Una delle cose su cui siamo tutti, o quasi tutti, d’accordo è il canone chiuso. Vale a dire: non ci sono nuove rivelazioni che vanno aggiunte al Nuovo Testamento. Uno dei criteri usati dai primi cristiani per riconoscere un libro come ispirato da Dio, e dunque facente parte del canone, era l’“apostolicità”, ovvero il libro doveva essere stato scritto da un apostolo di Cristo o da un discepolo degli apostoli. Luca nel suo prologo riferisce che in molti intrapresero a scrivere una narrazione dei fatti accaduti tra noi e tramandati dai testimoni oculari (1,1-4). Non tutti gli scritti del I secolo (per i secoli successivi il problema non si pone) sono entrati a far parte dei libri del Nuovo Testamento, bensì soltanto quelli che il Signore  ha voluto che costituissero il canone biblico. L’esclusione di un libro dal canone biblico non necessariamente significava che quel libro avesse dei contenuti settari o delle dottrine eretiche. Poteva voler dire, come lascia intendere Luca, che lo scritto era insufficiente, non abbastanza accurato e ordinato nei fatti. Altra cosa è la letteratura settaria, eretica, che circolava in certi ambienti già nel I secolo e aveva lo scopo di sovvertire e turbare la fede dei cristiani. Avere un canone chiuso permise di stabilire un principio importante: la fede è stata tramandata una volta per sempre negli scritti del Nuovo Testamento. Pertanto tutto ciò che è al di fuori del Nuovo Testamento è semplicemente riflessione teologica, quando non è letteratura eretica. La letteratura teologica, è bene ripeterlo, non è necessariamente eretica o intrisa di errori dottrinali: spesso si tratta di scritti di tipo esortativi, edificanti, con intenzioni apologetiche o catechetiche. Tuttavia, la riflessione teologica è un prodotto del pensiero umano, che non gode del carisma dell’ispirazione e dell’infallibilità. Perciò si commette un errore grossolano se la si assume a norma di fede.
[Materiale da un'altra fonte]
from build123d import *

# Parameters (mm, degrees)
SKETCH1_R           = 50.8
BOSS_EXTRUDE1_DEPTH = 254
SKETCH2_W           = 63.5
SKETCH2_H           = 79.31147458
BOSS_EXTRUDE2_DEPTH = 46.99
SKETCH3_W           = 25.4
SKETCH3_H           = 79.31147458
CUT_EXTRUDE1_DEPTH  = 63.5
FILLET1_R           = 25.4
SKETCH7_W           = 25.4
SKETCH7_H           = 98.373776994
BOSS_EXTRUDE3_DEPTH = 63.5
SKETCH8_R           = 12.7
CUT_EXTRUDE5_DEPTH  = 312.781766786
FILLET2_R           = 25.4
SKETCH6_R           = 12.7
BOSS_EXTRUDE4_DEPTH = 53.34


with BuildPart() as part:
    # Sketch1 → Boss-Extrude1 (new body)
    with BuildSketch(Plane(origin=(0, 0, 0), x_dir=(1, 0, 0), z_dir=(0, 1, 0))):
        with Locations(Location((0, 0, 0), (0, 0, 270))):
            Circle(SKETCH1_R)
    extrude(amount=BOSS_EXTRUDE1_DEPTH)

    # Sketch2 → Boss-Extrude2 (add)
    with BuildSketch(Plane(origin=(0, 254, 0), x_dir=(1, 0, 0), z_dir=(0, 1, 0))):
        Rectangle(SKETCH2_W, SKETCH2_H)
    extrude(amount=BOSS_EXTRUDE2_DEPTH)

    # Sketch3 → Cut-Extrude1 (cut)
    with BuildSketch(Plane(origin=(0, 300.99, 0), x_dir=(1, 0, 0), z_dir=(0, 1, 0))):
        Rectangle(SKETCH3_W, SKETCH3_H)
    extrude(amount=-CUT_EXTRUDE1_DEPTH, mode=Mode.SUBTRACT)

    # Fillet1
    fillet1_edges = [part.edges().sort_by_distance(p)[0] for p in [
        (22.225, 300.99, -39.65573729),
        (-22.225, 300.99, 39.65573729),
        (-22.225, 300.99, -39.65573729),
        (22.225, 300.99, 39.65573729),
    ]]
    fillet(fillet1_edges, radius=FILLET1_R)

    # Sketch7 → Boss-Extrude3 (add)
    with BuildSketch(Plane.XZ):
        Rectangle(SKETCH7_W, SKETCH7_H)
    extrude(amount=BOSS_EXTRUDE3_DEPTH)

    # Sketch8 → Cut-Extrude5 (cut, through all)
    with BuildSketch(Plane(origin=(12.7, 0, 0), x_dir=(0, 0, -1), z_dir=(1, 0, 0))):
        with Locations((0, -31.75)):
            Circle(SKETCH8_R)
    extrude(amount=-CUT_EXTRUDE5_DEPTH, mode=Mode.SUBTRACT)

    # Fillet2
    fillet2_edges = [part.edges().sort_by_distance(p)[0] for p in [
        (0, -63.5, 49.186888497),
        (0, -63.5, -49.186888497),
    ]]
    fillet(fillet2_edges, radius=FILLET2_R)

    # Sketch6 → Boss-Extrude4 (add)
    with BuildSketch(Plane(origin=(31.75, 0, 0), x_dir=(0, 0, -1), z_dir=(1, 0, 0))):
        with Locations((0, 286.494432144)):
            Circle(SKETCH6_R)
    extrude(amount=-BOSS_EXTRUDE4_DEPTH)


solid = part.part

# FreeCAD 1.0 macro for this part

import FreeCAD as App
import Part
import Sketcher
from FreeCAD import Vector
Q = App.Units.Quantity


def edges_at(feature, points):
    """Names of the edges that pass closest to the given points."""
    edges = feature.Shape.Edges
    near = lambda p: min(range(len(edges)), key=lambda i: edges[i].distToShape(Part.Vertex(*p))[0])
    return sorted({f"Edge{near(p) + 1}" for p in points})


def add_polygon(sketch, points):
    """Adds a closed chain of lines whose ends are joined by coincident constraints."""
    first, n = sketch.GeometryCount, len(points)
    for a, b in zip(points, points[1:] + points[:1]):
        sketch.addGeometry(Part.LineSegment(App.Vector(*a, 0), App.Vector(*b, 0)), False)
    for i in range(n):
        sketch.addConstraint(Sketcher.Constraint("Coincident", first + i, 2, first + (i + 1) % n, 1))

doc = App.newDocument("Part")
params = doc.addObject("Spreadsheet::Sheet", "Params")
for row, (alias, value) in enumerate([
    ("sketch1_diameter", "4 in"),
    ("pad1_length", "10 in"),
    ("sketch2_width", "2.5 in"),
    ("pad2_length", "1.85 in"),
    ("sketch3_width", "1 in"),
    ("pocket1_length", "2.5 in"),
    ("fillet_radius", "1 in"),
    ("sketch4_width", "1 in"),
    ("pad3_length", "2.5 in"),
    ("sketch5_diameter", "1 in"),
    ("fillet2_radius", "1 in"),
    ("sketch6_diameter", "1 in"),
    ("pad4_length", "2.1 in"),
], start=1):
    params.set(f"A{row}", alias)
    params.set(f"B{row}", "=" + value)
    params.setAlias(f"B{row}", alias)

body = doc.addObject("PartDesign::Body", "Body")

# Sketch on XZ plane
sketch1 = doc.addObject("Sketcher::SketchObject", "Sketch")
body.addObject(sketch1)
sketch1.AttachmentSupport = (doc.XZ_Plane, [""])
sketch1.MapMode = "FlatFace"
sketch1.addGeometry(Part.Circle(Vector(0, 0, 0), Vector(0, 0, 1), 51), False)
sketch1.addConstraint([
    Sketcher.Constraint("Coincident", 0, 3, -1, 1),
    Sketcher.Constraint("Diameter", 0, Q("4 in")),
])
sketch1.setExpression("Constraints[1]", "Params.sketch1_diameter")
pad1 = doc.addObject("PartDesign::Pad", "Pad")
body.addObject(pad1)
pad1.Profile = sketch1
pad1.setExpression("Length", "Params.pad1_length")
pad1.Reversed = True

# Sketch on XZ plane
sketch2 = doc.addObject("Sketcher::SketchObject", "Sketch001")
body.addObject(sketch2)
sketch2.AttachmentSupport = (doc.XZ_Plane, [""])
sketch2.MapMode = "FlatFace"
sketch2.AttachmentOffset = App.Placement(Vector(0, 0, -10 * 25.4), App.Rotation())
add_polygon(sketch2, [(-32, -40), (-32, 40), (32, 40), (32, -40)])  # lines 0-3
sketch2.addConstraint([
    Sketcher.Constraint("Vertical", 0),
    Sketcher.Constraint("Horizontal", 1),
    Sketcher.Constraint("Vertical", 2),
    Sketcher.Constraint("Horizontal", 3),
    Sketcher.Constraint("Symmetric", 0, 2, 2, 2, -1, 1),
    Sketcher.Constraint("DistanceX", 1, 1, 1, 2, Q("2.5 in")),
    Sketcher.Constraint("DistanceY", 0, 1, 0, 2, Q("79.311475 mm")),
])
sketch2.setExpression("Constraints[9]", "Params.sketch2_width")
pad2 = doc.addObject("PartDesign::Pad", "Pad001")
body.addObject(pad2)
pad2.Profile = sketch2
pad2.setExpression("Length", "Params.pad2_length")
pad2.Reversed = True

# Sketch on XZ plane
sketch3 = doc.addObject("Sketcher::SketchObject", "Sketch002")
body.addObject(sketch3)
sketch3.AttachmentSupport = (doc.XZ_Plane, [""])
sketch3.MapMode = "FlatFace"
sketch3.AttachmentOffset = App.Placement(Vector(0, 0, -11.85 * 25.4), App.Rotation())
add_polygon(sketch3, [(-13, -40), (-13, 40), (13, 40), (13, -40)])  # lines 0-3
sketch3.addConstraint([
    Sketcher.Constraint("Vertical", 0),
    Sketcher.Constraint("Horizontal", 1),
    Sketcher.Constraint("Vertical", 2),
    Sketcher.Constraint("Horizontal", 3),
    Sketcher.Constraint("Symmetric", 0, 2, 2, 2, -1, 1),
    Sketcher.Constraint("DistanceX", 1, 1, 1, 2, Q("1 in")),
    Sketcher.Constraint("DistanceY", 0, 1, 0, 2, Q("79.311475 mm")),
])
sketch3.setExpression("Constraints[9]", "Params.sketch3_width")
pocket1 = doc.addObject("PartDesign::Pocket", "Pocket")
body.addObject(pocket1)
pocket1.Profile = sketch3
pocket1.setExpression("Length", "Params.pocket1_length")
pocket1.Reversed = True
doc.recompute()

fillet = doc.addObject("PartDesign::Fillet", "Fillet")
body.addObject(fillet)
fillet.Base = (pocket1, edges_at(pocket1, [
    (22.225, 300.99, -39.656),
    (-22.225, 300.99, 39.656),
    (-22.225, 300.99, -39.656),
    (22.225, 300.99, 39.656),
]))
fillet.setExpression("Radius", "Params.fillet_radius")

# Sketch on XZ plane
sketch4 = doc.addObject("Sketcher::SketchObject", "Sketch003")
body.addObject(sketch4)
sketch4.AttachmentSupport = (doc.XZ_Plane, [""])
sketch4.MapMode = "FlatFace"
add_polygon(sketch4, [(-13, 49), (-13, -49), (13, -49), (13, 49)])  # lines 0-3
sketch4.addConstraint([
    Sketcher.Constraint("Vertical", 0),
    Sketcher.Constraint("Horizontal", 1),
    Sketcher.Constraint("Vertical", 2),
    Sketcher.Constraint("Horizontal", 3),
    Sketcher.Constraint("Symmetric", 0, 2, 2, 2, -1, 1),
    Sketcher.Constraint("DistanceX", 1, 1, 1, 2, Q("1 in")),
    Sketcher.Constraint("DistanceY", 0, 2, 0, 1, Q("98.373777 mm")),
])
sketch4.setExpression("Constraints[9]", "Params.sketch4_width")
pad3 = doc.addObject("PartDesign::Pad", "Pad002")
body.addObject(pad3)
pad3.Profile = sketch4
pad3.setExpression("Length", "Params.pad3_length")

# Sketch on YZ plane
sketch5 = doc.addObject("Sketcher::SketchObject", "Sketch004")
body.addObject(sketch5)
sketch5.AttachmentSupport = (doc.YZ_Plane, [""])
sketch5.MapMode = "FlatFace"
sketch5.AttachmentOffset = App.Placement(Vector(0, 0, 0.5 * 25.4), App.Rotation())
sketch5.addGeometry(Part.Circle(Vector(-32, 0, 0), Vector(0, 0, 1), 13), False)
sketch5.addConstraint([
    Sketcher.Constraint("PointOnObject", 0, 3, -1),
    Sketcher.Constraint("Diameter", 0, Q("1 in")),
    Sketcher.Constraint("DistanceX", 0, 3, -1, 1, Q("1.25 in")),
])
sketch5.setExpression("Constraints[1]", "Params.sketch5_diameter")
pocket2 = doc.addObject("PartDesign::Pocket", "Pocket001")
body.addObject(pocket2)
pocket2.Profile = sketch5
pocket2.Type = "ThroughAll"
doc.recompute()

fillet2 = doc.addObject("PartDesign::Fillet", "Fillet001")
body.addObject(fillet2)
fillet2.Base = (pocket2, edges_at(pocket2, [(0, -63.5, 49.187), (0, -63.5, -49.187)]))
fillet2.setExpression("Radius", "Params.fillet2_radius")

# Sketch on YZ plane
sketch6 = doc.addObject("Sketcher::SketchObject", "Sketch005")
body.addObject(sketch6)
sketch6.AttachmentSupport = (doc.YZ_Plane, [""])
sketch6.MapMode = "FlatFace"
sketch6.AttachmentOffset = App.Placement(Vector(0, 0, 1.25 * 25.4), App.Rotation())
sketch6.addGeometry(Part.Circle(Vector(286, 0, 0), Vector(0, 0, 1), 13), False)
sketch6.addConstraint([
    Sketcher.Constraint("PointOnObject", 0, 3, -1),
    Sketcher.Constraint("Diameter", 0, Q("1 in")),
    Sketcher.Constraint("DistanceX", -1, 1, 0, 3, Q("286.494432 mm")),
])
sketch6.setExpression("Constraints[1]", "Params.sketch6_diameter")
pad4 = doc.addObject("PartDesign::Pad", "Pad003")
body.addObject(pad4)
pad4.Profile = sketch6
pad4.setExpression("Length", "Params.pad4_length")
pad4.Reversed = True

doc.recompute()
Recentemente, alcuni teologi appartenenti al mondo evangelico, impegnati nella ricerca dell’unità dei cristiani (causa nobilissima), hanno posto il problema di dove trovare una confessione di fede comune a tutti, che contenesse gli elementi essenziali su cui ricostruire l’unità della chiesa. Le domande emerse sono sostanzialmente due. La prima: esistono delle dottrine essenziali, non negoziabili? La seconda: dove trovare l’elenco delle dottrine che costituiscono il fondamento del cristianesimo? Le risposte date sono molte e variegate, tante quante sono le chiese coinvolte. Tutti dicono che il cristianesimo non può accogliere come vere le dottrine false. Eppure non c’è consenso su ciò che deve essere considerato vero ed essenziale. L’elenco delle dottrine ritenute  fondamentali varia da una chiesa a un’altra. E i criteri adottati non sono gli stessi. Diversi sono gli approcci ermeneutici e differenti le prospettive normative. Tutti si richiamano alla Scrittura, poi però pongono accanto ad essa altre fonti. È noto il paradigma cattolico di  Bibbia e Tradizione. Meno noti invece sono gli approcci di chi si appella alla Scrittura ma pone accanto ad essa qualcos’altro: il Credo Apostolico (attribuito agli apostoli, ma in realtà si tratta di uno scritto del IV secolo), il consenso dei primi secoli della chiesa indivisa, i primi concili ecumenici (quattro per alcuni, sette per altri), i Padri della Chiesa, i grandi teologi dell’antichità (tra questi spicca Agostino d’Ippona), le confessioni di fede, gli scritti di Lutero e quelli di Calvino. Non entro qui a fare una valutazione di questi diversi approcci, mi limito piuttosto a esporre il mio pensiero, in breve.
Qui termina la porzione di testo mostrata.